Everything from the line containing "#379=PLANE('',#378);" through the line containing "#393=ORIENTED_EDGE('',*,*,#318,.F.);" should be repeated exactly, and nothing else from the data.
··········
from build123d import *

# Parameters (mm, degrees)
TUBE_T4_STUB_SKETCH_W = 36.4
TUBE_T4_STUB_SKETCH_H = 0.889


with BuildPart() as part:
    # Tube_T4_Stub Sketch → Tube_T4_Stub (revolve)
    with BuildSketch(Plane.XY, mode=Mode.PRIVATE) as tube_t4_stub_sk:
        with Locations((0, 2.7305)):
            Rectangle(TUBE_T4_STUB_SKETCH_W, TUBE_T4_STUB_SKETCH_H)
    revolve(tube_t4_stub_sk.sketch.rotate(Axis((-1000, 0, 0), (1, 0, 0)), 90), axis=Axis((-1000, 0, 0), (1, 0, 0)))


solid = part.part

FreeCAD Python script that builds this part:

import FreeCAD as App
import Part
import Sketcher

V = App.Vector


def add_polygon(sketch, points):
    """Adds a closed chain of lines whose ends are joined by coincident constraints."""
    first, n = sketch.GeometryCount, len(points)
    for a, b in zip(points, points[1:] + points[:1]):
        sketch.addGeometry(Part.LineSegment(App.Vector(*a, 0), App.Vector(*b, 0)), False)
    for i in range(n):
        sketch.addConstraint(Sketcher.Constraint("Coincident", first + i, 2, first + (i + 1) % n, 1))

doc = App.newDocument("Part")
body = doc.addObject("PartDesign::Body", "Body")

# Sketch on XY plane
sketch1 = body.newObject("Sketcher::SketchObject", "Sketch")
sketch1.AttachmentSupport = (doc.getObject("XY_Plane"), [""])
sketch1.MapMode = "FlatFace"
add_polygon(sketch1, [(-18.2, 3.2), (-18.2, 2.3), (18.2, 2.3), (18.2, 3.2)])  # lines 0-3
sketch1.addConstraint(Sketcher.Constraint("Vertical", 0))
sketch1.addConstraint(Sketcher.Constraint("Horizontal", 1))
sketch1.addConstraint(Sketcher.Constraint("Vertical", 2))
sketch1.addConstraint(Sketcher.Constraint("Horizontal", 3))
sketch1.addConstraint(Sketcher.Constraint("DistanceX", 1, 1, 1, 2, 36.4))
sketch1.addConstraint(Sketcher.Constraint("DistanceX", 0, 2, -1, 1, 18.2))
sketch1.addConstraint(Sketcher.Constraint("DistanceY", 0, 2, 0, 1, 0.889))
sketch1.addConstraint(Sketcher.Constraint("DistanceY", -1, 1, 0, 2, 2.286))
revolution = body.newObject("PartDesign::Revolution", "Revolution")
revolution.Profile = sketch1
revolution.ReferenceAxis = (sketch1, ["H_Axis"])
revolution.Angle = 360

doc.recompute()
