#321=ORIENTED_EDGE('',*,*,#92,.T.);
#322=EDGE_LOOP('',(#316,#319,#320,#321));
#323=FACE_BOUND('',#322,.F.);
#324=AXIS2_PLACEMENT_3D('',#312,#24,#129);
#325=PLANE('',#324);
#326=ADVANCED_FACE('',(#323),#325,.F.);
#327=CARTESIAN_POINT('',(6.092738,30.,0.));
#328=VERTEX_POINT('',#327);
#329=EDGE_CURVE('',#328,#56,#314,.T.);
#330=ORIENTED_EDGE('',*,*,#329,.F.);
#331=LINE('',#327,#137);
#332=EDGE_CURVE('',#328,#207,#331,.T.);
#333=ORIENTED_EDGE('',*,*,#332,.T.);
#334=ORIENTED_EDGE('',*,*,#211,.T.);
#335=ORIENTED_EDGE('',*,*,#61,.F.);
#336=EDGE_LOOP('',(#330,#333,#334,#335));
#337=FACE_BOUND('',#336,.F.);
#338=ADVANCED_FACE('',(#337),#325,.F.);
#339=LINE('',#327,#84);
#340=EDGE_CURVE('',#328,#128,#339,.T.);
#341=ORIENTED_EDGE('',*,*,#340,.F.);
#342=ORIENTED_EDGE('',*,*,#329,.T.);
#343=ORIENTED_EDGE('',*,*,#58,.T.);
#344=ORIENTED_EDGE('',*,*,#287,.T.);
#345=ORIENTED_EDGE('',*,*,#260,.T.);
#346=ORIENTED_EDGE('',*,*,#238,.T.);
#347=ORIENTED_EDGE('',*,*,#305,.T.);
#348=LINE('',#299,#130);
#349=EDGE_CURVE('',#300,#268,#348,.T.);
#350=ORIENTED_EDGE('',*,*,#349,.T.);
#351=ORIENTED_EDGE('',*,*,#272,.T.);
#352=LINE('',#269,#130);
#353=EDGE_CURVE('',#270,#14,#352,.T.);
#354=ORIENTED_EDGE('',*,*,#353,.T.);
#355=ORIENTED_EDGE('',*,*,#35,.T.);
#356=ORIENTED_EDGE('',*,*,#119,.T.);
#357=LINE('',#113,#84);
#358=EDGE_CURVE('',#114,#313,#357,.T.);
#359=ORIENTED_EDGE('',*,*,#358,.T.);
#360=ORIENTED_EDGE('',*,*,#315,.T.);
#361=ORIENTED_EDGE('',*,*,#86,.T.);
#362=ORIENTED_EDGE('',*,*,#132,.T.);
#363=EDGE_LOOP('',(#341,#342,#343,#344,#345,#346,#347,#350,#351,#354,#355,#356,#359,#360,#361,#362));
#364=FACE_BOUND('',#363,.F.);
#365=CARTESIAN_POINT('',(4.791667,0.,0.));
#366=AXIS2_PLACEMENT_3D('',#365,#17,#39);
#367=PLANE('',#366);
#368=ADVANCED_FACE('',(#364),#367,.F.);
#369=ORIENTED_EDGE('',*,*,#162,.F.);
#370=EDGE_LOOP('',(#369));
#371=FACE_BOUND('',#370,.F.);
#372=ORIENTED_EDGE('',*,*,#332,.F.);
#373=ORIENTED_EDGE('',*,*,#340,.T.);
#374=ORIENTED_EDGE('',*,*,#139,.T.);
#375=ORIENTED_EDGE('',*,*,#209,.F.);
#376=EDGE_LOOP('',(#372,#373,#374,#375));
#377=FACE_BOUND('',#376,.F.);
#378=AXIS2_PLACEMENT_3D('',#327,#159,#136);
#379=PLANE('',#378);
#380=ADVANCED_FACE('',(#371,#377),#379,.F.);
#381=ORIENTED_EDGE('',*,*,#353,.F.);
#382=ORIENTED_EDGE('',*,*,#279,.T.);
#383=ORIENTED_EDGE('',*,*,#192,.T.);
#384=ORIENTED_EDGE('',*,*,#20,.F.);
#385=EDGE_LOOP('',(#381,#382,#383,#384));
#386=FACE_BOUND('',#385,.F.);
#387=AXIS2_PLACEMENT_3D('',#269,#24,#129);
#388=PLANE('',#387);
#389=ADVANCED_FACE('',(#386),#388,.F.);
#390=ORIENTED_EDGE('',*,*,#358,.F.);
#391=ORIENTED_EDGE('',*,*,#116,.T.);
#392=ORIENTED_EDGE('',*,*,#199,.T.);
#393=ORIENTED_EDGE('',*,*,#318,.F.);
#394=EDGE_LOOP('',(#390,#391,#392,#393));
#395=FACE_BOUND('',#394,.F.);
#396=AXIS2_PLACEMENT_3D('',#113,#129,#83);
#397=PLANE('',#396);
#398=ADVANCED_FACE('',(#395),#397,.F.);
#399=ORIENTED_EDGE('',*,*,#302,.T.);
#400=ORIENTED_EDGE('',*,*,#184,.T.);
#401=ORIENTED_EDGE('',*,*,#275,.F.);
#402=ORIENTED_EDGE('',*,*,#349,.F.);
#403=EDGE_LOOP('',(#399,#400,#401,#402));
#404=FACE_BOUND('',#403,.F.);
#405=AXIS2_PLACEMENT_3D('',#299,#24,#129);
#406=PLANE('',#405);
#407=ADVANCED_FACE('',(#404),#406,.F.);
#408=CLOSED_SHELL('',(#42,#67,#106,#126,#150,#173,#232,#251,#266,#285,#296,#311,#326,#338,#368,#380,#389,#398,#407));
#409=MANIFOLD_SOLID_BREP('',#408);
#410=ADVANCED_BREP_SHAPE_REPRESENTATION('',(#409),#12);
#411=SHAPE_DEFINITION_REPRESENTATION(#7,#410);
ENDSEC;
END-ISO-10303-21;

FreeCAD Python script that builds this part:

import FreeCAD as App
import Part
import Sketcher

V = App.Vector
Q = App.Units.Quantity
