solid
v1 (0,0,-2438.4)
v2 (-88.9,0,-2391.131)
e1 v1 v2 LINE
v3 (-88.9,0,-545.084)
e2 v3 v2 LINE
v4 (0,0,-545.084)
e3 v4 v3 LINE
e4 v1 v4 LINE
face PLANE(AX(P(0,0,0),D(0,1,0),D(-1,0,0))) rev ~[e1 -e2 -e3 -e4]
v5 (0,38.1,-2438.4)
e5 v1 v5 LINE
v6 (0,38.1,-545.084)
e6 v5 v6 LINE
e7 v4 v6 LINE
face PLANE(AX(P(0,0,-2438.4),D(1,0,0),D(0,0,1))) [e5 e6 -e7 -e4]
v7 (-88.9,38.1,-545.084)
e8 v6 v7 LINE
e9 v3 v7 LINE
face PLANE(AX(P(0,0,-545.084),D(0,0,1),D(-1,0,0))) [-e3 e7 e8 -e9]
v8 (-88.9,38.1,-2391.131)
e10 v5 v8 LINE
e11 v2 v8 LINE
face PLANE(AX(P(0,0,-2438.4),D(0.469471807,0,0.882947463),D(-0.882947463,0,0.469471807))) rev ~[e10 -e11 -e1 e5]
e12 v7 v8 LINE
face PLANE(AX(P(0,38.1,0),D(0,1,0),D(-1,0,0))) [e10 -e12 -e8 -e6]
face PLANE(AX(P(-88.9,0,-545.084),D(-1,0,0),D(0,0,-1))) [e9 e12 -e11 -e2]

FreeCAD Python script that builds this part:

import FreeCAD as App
import Part
import Sketcher
Q = App.Units.Quantity


def add_polygon(sketch, points):
    """Adds a closed chain of lines whose ends are joined by coincident constraints."""
    first, n = sketch.GeometryCount, len(points)
    for a, b in zip(points, points[1:] + points[:1]):
        sketch.addGeometry(Part.LineSegment(App.Vector(*a, 0), App.Vector(*b, 0)), False)
    for i in range(n):
        sketch.addConstraint(Sketcher.Constraint("Coincident", first + i, 2, first + (i + 1) % n, 1))

doc = App.newDocument("Part")
body = doc.addObject("PartDesign::Body", "Body")

sketch1 = body.newObject("Sketcher::SketchObject", "Sketch")
sketch1.AttachmentSupport = (doc.getObject("XZ_Plane"), [""])
sketch1.MapMode = "FlatFace"
add_polygon(sketch1, [(-89, -2391), (-89, -545), (0, -545), (0, -2438)])
sketch1.addConstraint([
    Sketcher.Constraint("Vertical", 0),
    Sketcher.Constraint("Horizontal", 1),
    Sketcher.Constraint("Vertical", 2),
    Sketcher.Constraint("PointOnObject", 1, 2, -2),
    Sketcher.Constraint("DistanceX", 1, 1, 1, 2, Q("3.5 in")),
    Sketcher.Constraint("DistanceY", 2, 2, -1, 1, Q("96 in")),
    Sketcher.Constraint("Angle", 3, Q("152 deg")),
    Sketcher.Constraint("DistanceY", 2, 2, 2, 1, Q("74.54 in")),
])
pad1 = body.newObject("PartDesign::Pad", "Pad")
pad1.Profile = sketch1
pad1.Length = Q("1.5 in")
pad1.Reversed = True

doc.recompute()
··········
__Task response__
#379=PLANE('',#378);
#380=ADVANCED_FACE('',(#371,#377),#379,.F.);
#381=ORIENTED_EDGE('',*,*,#353,.F.);
#382=ORIENTED_EDGE('',*,*,#279,.T.);
#383=ORIENTED_EDGE('',*,*,#192,.T.);
#384=ORIENTED_EDGE('',*,*,#20,.F.);
#385=EDGE_LOOP('',(#381,#382,#383,#384));
#386=FACE_BOUND('',#385,.F.);
#387=AXIS2_PLACEMENT_3D('',#269,#24,#129);
#388=PLANE('',#387);
#389=ADVANCED_FACE('',(#386),#388,.F.);
#390=ORIENTED_EDGE('',*,*,#358,.F.);
#391=ORIENTED_EDGE('',*,*,#116,.T.);
#392=ORIENTED_EDGE('',*,*,#199,.T.);
#393=ORIENTED_EDGE('',*,*,#318,.F.);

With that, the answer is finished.